Couche-Tard Responds To Private Placement

Alimentation Couche-Tard Inc. responded to Casey’s General Stores Inc. announcement that it has completed a private placement of $569 million principal amount of 5.22% Senior Notes due Aug. 9, 2020 to fund its leveraged recapitalization.

“Casey’s recent action to transfer value from the Casey’s shareholders to noteholders is outrageous,” Couche-Tard said in a statement. “In our view, the private placement of notes recently completed by Casey’s, which has a costly and unusual “poison put” feature in favor of the noteholders, is designed to entrench the Casey’s Board and management at the expense of the Casey’s shareholders. Under the “poison put” feature associated with the notes, Casey’s is required to pay the noteholders approximately $95 million in penalties based on current treasury rates, in addition to the outstanding principal amount and accrued interest on the notes, if any party acquires 35% or more of the outstanding shares of Casey’s. The financing makes it almost $2 per share more expensive to acquire Casey’s-that is $2 that could have gone to the shareholders but instead is designated for noteholders in the event of any such acquisition.
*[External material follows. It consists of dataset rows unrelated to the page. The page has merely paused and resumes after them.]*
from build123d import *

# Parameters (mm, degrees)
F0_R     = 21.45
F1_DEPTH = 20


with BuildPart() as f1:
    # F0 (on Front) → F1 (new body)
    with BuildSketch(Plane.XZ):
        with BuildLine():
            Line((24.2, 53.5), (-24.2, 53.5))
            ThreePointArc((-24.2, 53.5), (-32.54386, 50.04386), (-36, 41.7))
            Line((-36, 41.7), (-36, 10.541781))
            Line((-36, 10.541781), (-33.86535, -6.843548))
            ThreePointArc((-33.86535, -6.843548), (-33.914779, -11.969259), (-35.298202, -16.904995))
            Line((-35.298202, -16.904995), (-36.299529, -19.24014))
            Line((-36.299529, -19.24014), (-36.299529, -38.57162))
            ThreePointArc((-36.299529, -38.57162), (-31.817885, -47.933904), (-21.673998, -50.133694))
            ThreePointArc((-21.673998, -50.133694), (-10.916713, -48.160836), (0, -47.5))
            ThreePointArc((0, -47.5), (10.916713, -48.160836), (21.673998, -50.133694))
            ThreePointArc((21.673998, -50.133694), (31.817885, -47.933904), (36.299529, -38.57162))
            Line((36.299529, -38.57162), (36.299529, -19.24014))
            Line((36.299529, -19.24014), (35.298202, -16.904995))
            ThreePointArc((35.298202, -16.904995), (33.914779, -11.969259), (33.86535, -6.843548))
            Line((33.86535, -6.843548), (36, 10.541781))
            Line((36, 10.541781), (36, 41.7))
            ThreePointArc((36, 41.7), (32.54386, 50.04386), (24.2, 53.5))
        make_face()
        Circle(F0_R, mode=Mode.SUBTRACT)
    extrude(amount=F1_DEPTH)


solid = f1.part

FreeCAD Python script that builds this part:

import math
import FreeCAD as App
import Part
import Sketcher

V = App.Vector
Q = App.Units.Quantity

doc = App.newDocument("Part")
body = doc.addObject("PartDesign::Body", "Body")

sketch1 = doc.addObject("Sketcher::SketchObject", "Sketch")
body.addObject(sketch1)
sketch1.AttachmentSupport = (doc.XZ_Plane, [""])
sketch1.MapMode = "FlatFace"
sketch1.addGeometry([
    Part.LineSegment(V(24.2, 53.5, 0), V(-24.2, 53.5, 0)),
    Part.ArcOfCircle(Part.Circle(V(-24.2, 41.7, 0), V(0, 0, 1), 11.8), math.radians(90), math.radians(180)),
    Part.LineSegment(V(-36, 41.7, 0), V(-36, 10.541781, 0)),
    Part.LineSegment(V(-36, 10.541781, 0), V(-33.86535, -6.843548, 0)),
    Part.ArcOfCircle(Part.Circle(V(-53.22001, -9.219998, 0), V(0, 0, 1), 19.500009), math.radians(-23.209993), math.radians(6.999991)),
    Part.LineSegment(V(-35.298202, -16.904995, 0), V(-36.299529, -19.24014, 0)),
    Part.LineSegment(V(-36.299529, -19.24014, 0), V(-36.299529, -38.57162, 0)),
    Part.ArcOfCircle(Part.Circle(V(-24.5, -38.677092, 0), V(0, 0, 1), 11.800001), math.radians(179.487867), math.radians(283.856539)),
    Part.ArcOfCircle(Part.Circle(V(-0.000003, -137.999961, 0), V(0, 0, 1), 90.499961), math.radians(89.999998), math.radians(103.856546)),
    Part.ArcOfCircle(Part.Circle(V(0.000003, -137.999961, 0), V(0, 0, 1), 90.499961), math.radians(76.143454), math.radians(90.000002)),
    Part.ArcOfCircle(Part.Circle(V(24.5, -38.677092, 0), V(0, 0, 1), 11.800001), math.radians(-103.856539), math.radians(0.512133)),
    Part.LineSegment(V(36.299529, -38.57162, 0), V(36.299529, -19.24014, 0)),
    Part.LineSegment(V(36.299529, -19.24014, 0), V(35.298202, -16.904995, 0)),
    Part.ArcOfCircle(Part.Circle(V(53.22001, -9.219998, 0), V(0, 0, 1), 19.500009), math.radians(173.000009), math.radians(203.209993)),
    Part.LineSegment(V(33.86535, -6.843548, 0), V(36, 10.541781, 0)),
    Part.LineSegment(V(36, 10.541781, 0), V(36, 41.7, 0)),
    Part.ArcOfCircle(Part.Circle(V(24.2, 41.7, 0), V(0, 0, 1), 11.8), math.radians(0), math.radians(90)),
    Part.Circle(V(0, 0, 0), V(0, 0, 1), 21.45),
], False)
sketch1.addConstraint([
    Sketcher.Constraint("Tangent", 0, 2, 1, 1),
    Sketcher.Constraint("Tangent", 1, 2, 2, 1),
    Sketcher.Constraint("Coincident", 2, 2, 3, 1),
    Sketcher.Constraint("Tangent", 3, 2, 4, 2),
    Sketcher.Constraint("Tangent", 4, 1, 5, 1),
    Sketcher.Constraint("Coincident", 5, 2, 6, 1),
    Sketcher.Constraint("Coincident", 6, 2, 7, 1),
    Sketcher.Constraint("Tangent", 7, 2, 8, 2),
    Sketcher.Constraint("Tangent", 8, 1, 9, 2),
    Sketcher.Constraint("Tangent", 9, 1, 10, 1),
    Sketcher.Constraint("Coincident", 10, 2, 11, 1),
    Sketcher.Constraint("Coincident", 11, 2, 12, 1),
    Sketcher.Constraint("Tangent", 12, 2, 13, 2),
    Sketcher.Constraint("Tangent", 13, 1, 14, 1),
    Sketcher.Constraint("Coincident", 14, 2, 15, 1),
    Sketcher.Constraint("Tangent", 15, 2, 16, 1),
    Sketcher.Constraint("Tangent", 16, 2, 0, 1),
    Sketcher.Constraint("Horizontal", 0),
    Sketcher.Constraint("Vertical", 2),
    Sketcher.Constraint("Vertical", 6),
    Sketcher.Constraint("Vertical", 11),
    Sketcher.Constraint("Vertical", 15),
    Sketcher.Constraint("Coincident", 17, 3, -1, 1),
    Sketcher.Constraint("Equal", 1, 7),
    Sketcher.Constraint("Equal", 8, 9),
    Sketcher.Constraint("Equal", 7, 10),
    Sketcher.Constraint("Equal", 4, 13),
    Sketcher.Constraint("Equal", 10, 16),
    Sketcher.Constraint("Symmetric", 7, 3, 10, 3, -2),
    Sketcher.Constraint("Symmetric", 4, 3, 13, 3, -2),
    Sketcher.Constraint("Symmetric", 5, 2, 11, 2, -2),
    Sketcher.Constraint("Symmetric", 2, 2, 14, 2, -2),
    Sketcher.Constraint("PointOnObject", 8, 1, -2),
    Sketcher.Constraint("Diameter", 17, 42.9),
    Sketcher.Constraint("Radius", 1, 11.8),
    Sketcher.Constraint("Angle", 3, Q("-83 deg")),
    Sketcher.Constraint("DistanceX", 0, 2, 0, 1, 48.4),
    Sketcher.Constraint("DistanceX", 7, 3, 10, 3, 48.999999),
    Sketcher.Constraint("DistanceY", -1, 1, 1, 3, 41.7),
    Sketcher.Constraint("DistanceY", 8, 1, -1, 1, 47.5),
    Sketcher.Constraint("Angle", 5, Q("-113.210002 deg")),
    Sketcher.Constraint("DistanceY", 4, 3, -1, 1, 9.219998),
    Sketcher.Constraint("Radius", 4, 19.500009),
    Sketcher.Constraint("Radius", 8, 90.499961),
    Sketcher.Constraint("DistanceY", 2, 2, 2, 1, 31.158219),
    Sketcher.Constraint("DistanceY", 6, 2, 6, 1, 19.33148),
])
pad1 = doc.addObject("PartDesign::Pad", "Pad")
body.addObject(pad1)
pad1.Profile = sketch1
pad1.Length = 20

doc.recompute()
The Casey’s Board and management are willing to give almost 5% of the company’s current equity value (and almost 7% of the equity value pro forma for the self tender based on current stock prices) to the noteholders in a desperate attempt to keep their jobs at the expense of the Casey’s shareholders.”

Couche-Tard added that the recapitalization plan is designed to financially engineer a temporary and artificial increase in Casey’s stock price, without increasing fundamental value to the Casey’s shareholders.

“We believe the Casey’s leveraged recapitalization plan confirms there are no other buyers for Casey’s at a price exceeding Couche-Tard’s offer,” Couche-Tard said.

Couche-Tard’s tender offer is scheduled to expire at 5 p.m., New York City time, on Monday, Aug. 30, 2010, unless further extended.